**Exercise material**
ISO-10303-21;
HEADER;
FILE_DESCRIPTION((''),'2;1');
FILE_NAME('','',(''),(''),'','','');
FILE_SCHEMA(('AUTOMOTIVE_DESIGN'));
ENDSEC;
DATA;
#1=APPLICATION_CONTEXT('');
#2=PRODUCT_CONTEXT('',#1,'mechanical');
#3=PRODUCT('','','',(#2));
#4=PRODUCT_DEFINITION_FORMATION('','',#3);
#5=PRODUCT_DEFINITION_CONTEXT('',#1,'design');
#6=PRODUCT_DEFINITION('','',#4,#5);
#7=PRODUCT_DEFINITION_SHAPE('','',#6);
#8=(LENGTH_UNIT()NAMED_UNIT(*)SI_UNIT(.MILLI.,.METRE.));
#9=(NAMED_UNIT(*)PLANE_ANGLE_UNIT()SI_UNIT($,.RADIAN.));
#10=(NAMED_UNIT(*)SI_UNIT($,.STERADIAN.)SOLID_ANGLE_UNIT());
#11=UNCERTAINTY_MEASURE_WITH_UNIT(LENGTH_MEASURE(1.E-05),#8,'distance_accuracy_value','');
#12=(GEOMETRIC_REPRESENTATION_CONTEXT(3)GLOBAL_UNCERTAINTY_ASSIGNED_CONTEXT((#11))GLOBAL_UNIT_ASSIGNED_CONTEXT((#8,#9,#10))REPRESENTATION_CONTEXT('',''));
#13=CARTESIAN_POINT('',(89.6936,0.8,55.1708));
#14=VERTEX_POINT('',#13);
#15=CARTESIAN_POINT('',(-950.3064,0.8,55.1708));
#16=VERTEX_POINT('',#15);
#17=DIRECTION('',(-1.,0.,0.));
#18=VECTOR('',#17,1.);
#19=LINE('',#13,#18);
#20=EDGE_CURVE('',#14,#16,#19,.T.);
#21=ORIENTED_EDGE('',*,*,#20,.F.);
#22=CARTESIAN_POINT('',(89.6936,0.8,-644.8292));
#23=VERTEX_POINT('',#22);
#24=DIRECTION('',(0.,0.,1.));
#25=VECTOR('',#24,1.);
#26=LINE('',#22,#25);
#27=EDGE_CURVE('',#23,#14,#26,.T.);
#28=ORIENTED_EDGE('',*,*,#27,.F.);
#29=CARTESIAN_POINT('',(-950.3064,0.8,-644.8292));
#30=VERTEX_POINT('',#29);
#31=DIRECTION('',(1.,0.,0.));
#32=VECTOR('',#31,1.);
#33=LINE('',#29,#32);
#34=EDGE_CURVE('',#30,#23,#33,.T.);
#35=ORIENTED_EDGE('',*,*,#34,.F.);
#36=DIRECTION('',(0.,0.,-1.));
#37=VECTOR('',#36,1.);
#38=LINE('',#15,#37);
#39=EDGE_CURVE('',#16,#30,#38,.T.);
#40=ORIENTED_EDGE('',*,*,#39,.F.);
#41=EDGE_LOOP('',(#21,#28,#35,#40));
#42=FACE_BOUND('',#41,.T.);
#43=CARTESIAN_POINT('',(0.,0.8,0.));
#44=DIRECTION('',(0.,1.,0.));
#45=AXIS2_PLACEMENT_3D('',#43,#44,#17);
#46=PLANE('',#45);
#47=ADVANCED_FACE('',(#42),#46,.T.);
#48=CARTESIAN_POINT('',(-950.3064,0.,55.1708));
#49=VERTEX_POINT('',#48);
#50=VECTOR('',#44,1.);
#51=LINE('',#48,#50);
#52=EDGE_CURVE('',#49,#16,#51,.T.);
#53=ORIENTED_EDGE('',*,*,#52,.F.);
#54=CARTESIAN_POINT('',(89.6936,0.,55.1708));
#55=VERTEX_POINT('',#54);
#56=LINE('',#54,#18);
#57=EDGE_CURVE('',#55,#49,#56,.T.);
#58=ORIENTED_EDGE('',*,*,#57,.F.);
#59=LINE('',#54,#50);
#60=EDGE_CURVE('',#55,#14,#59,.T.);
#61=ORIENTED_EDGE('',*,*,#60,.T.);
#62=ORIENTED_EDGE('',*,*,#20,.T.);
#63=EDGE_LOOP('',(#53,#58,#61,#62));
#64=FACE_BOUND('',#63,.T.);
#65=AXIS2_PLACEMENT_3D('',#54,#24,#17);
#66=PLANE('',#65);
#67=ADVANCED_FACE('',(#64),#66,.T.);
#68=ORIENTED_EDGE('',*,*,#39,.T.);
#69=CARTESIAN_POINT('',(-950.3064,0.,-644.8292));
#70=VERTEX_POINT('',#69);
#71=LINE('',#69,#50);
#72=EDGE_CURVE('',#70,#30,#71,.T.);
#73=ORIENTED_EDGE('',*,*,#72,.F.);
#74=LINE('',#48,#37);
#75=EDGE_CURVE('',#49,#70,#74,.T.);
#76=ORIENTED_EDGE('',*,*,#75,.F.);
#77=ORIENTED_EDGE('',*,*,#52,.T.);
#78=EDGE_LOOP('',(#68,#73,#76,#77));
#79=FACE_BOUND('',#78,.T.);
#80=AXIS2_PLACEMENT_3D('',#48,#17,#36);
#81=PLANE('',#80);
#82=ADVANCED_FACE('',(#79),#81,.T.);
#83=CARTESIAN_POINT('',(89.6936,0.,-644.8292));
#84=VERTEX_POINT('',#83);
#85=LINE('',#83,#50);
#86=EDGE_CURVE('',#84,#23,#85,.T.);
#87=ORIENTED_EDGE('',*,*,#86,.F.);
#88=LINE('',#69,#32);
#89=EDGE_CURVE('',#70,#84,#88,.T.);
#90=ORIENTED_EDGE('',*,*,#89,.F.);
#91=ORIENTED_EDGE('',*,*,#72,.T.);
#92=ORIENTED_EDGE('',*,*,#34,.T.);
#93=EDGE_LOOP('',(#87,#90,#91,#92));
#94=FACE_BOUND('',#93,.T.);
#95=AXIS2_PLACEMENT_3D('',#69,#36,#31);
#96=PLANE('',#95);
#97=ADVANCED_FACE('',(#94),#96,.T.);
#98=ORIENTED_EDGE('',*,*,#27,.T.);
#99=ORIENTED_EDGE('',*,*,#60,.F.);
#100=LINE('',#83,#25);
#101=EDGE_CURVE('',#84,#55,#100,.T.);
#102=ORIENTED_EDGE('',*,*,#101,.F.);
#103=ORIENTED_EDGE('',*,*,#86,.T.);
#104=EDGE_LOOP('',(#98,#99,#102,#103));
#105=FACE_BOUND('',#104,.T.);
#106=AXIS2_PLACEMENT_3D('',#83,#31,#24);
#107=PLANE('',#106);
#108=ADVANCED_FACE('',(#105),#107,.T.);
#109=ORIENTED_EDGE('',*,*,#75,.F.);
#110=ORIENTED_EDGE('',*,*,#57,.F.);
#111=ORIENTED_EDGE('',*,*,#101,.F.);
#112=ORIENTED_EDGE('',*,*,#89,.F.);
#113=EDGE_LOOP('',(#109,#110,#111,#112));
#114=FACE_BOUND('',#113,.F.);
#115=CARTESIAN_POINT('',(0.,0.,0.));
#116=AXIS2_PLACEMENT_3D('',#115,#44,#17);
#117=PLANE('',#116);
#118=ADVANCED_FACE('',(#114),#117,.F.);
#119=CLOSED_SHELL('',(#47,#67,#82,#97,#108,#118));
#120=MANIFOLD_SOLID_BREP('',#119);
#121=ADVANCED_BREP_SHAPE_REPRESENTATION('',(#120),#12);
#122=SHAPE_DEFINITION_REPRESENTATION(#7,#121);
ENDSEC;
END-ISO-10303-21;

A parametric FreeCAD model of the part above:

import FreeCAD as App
import Part
import Sketcher

V = App.Vector


def add_polygon(sketch, points):
    """Adds a closed chain of lines whose ends are joined by coincident constraints."""
    first, n = sketch.GeometryCount, len(points)
    for a, b in zip(points, points[1:] + points[:1]):
        sketch.addGeometry(Part.LineSegment(App.Vector(*a, 0), App.Vector(*b, 0)), False)
    for i in range(n):
        sketch.addConstraint(Sketcher.Constraint("Coincident", first + i, 2, first + (i + 1) % n, 1))

doc = App.newDocument("Part")
body = doc.addObject("PartDesign::Body", "Body")

sketch1 = doc.addObject("Sketcher::SketchObject", "Sketch")
body.addObject(sketch1)
sketch1.AttachmentSupport = (doc.XZ_Plane, [""])
sketch1.MapMode = "FlatFace"
add_polygon(sketch1, [(-950.3064, 55.1708), (89.6936, 55.1708), (89.6936, -644.8292), (-950.3064, -644.8292)])
sketch1.addConstraint(Sketcher.Constraint("Horizontal", 0))
sketch1.addConstraint(Sketcher.Constraint("Vertical", 1))
sketch1.addConstraint(Sketcher.Constraint("Horizontal", 2))
sketch1.addConstraint(Sketcher.Constraint("Vertical", 3))
sketch1.addConstraint(Sketcher.Constraint("DistanceX", 0, 1, 0, 2, 1040.0))
sketch1.addConstraint(Sketcher.Constraint("DistanceY", 1, 2, 1, 1, 700.0))
sketch1.addConstraint(Sketcher.Constraint("DistanceX", -1, 1, 0, 2, 89.6936))
sketch1.addConstraint(Sketcher.Constraint("DistanceY", -1, 1, 0, 2, 55.1708))
pad1 = doc.addObject("PartDesign::Pad", "Pad")
body.addObject(pad1)
pad1.Profile = sketch1
pad1.Length = 0.8
pad1.Reversed = True

doc.recompute()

**Assigned task**
Set down, exactly as they stand above, the lines starting with the line with "#121=ADVANCED_BREP_SHAPE_REPRESENTATION('',(#120),#12);" and going on through the line with "A parametric FreeCAD", and no others.

**Answer area**
#121=ADVANCED_BREP_SHAPE_REPRESENTATION('',(#120),#12);
#122=SHAPE_DEFINITION_REPRESENTATION(#7,#121);
ENDSEC;
END-ISO-10303-21;

A parametric FreeCAD model of the part above:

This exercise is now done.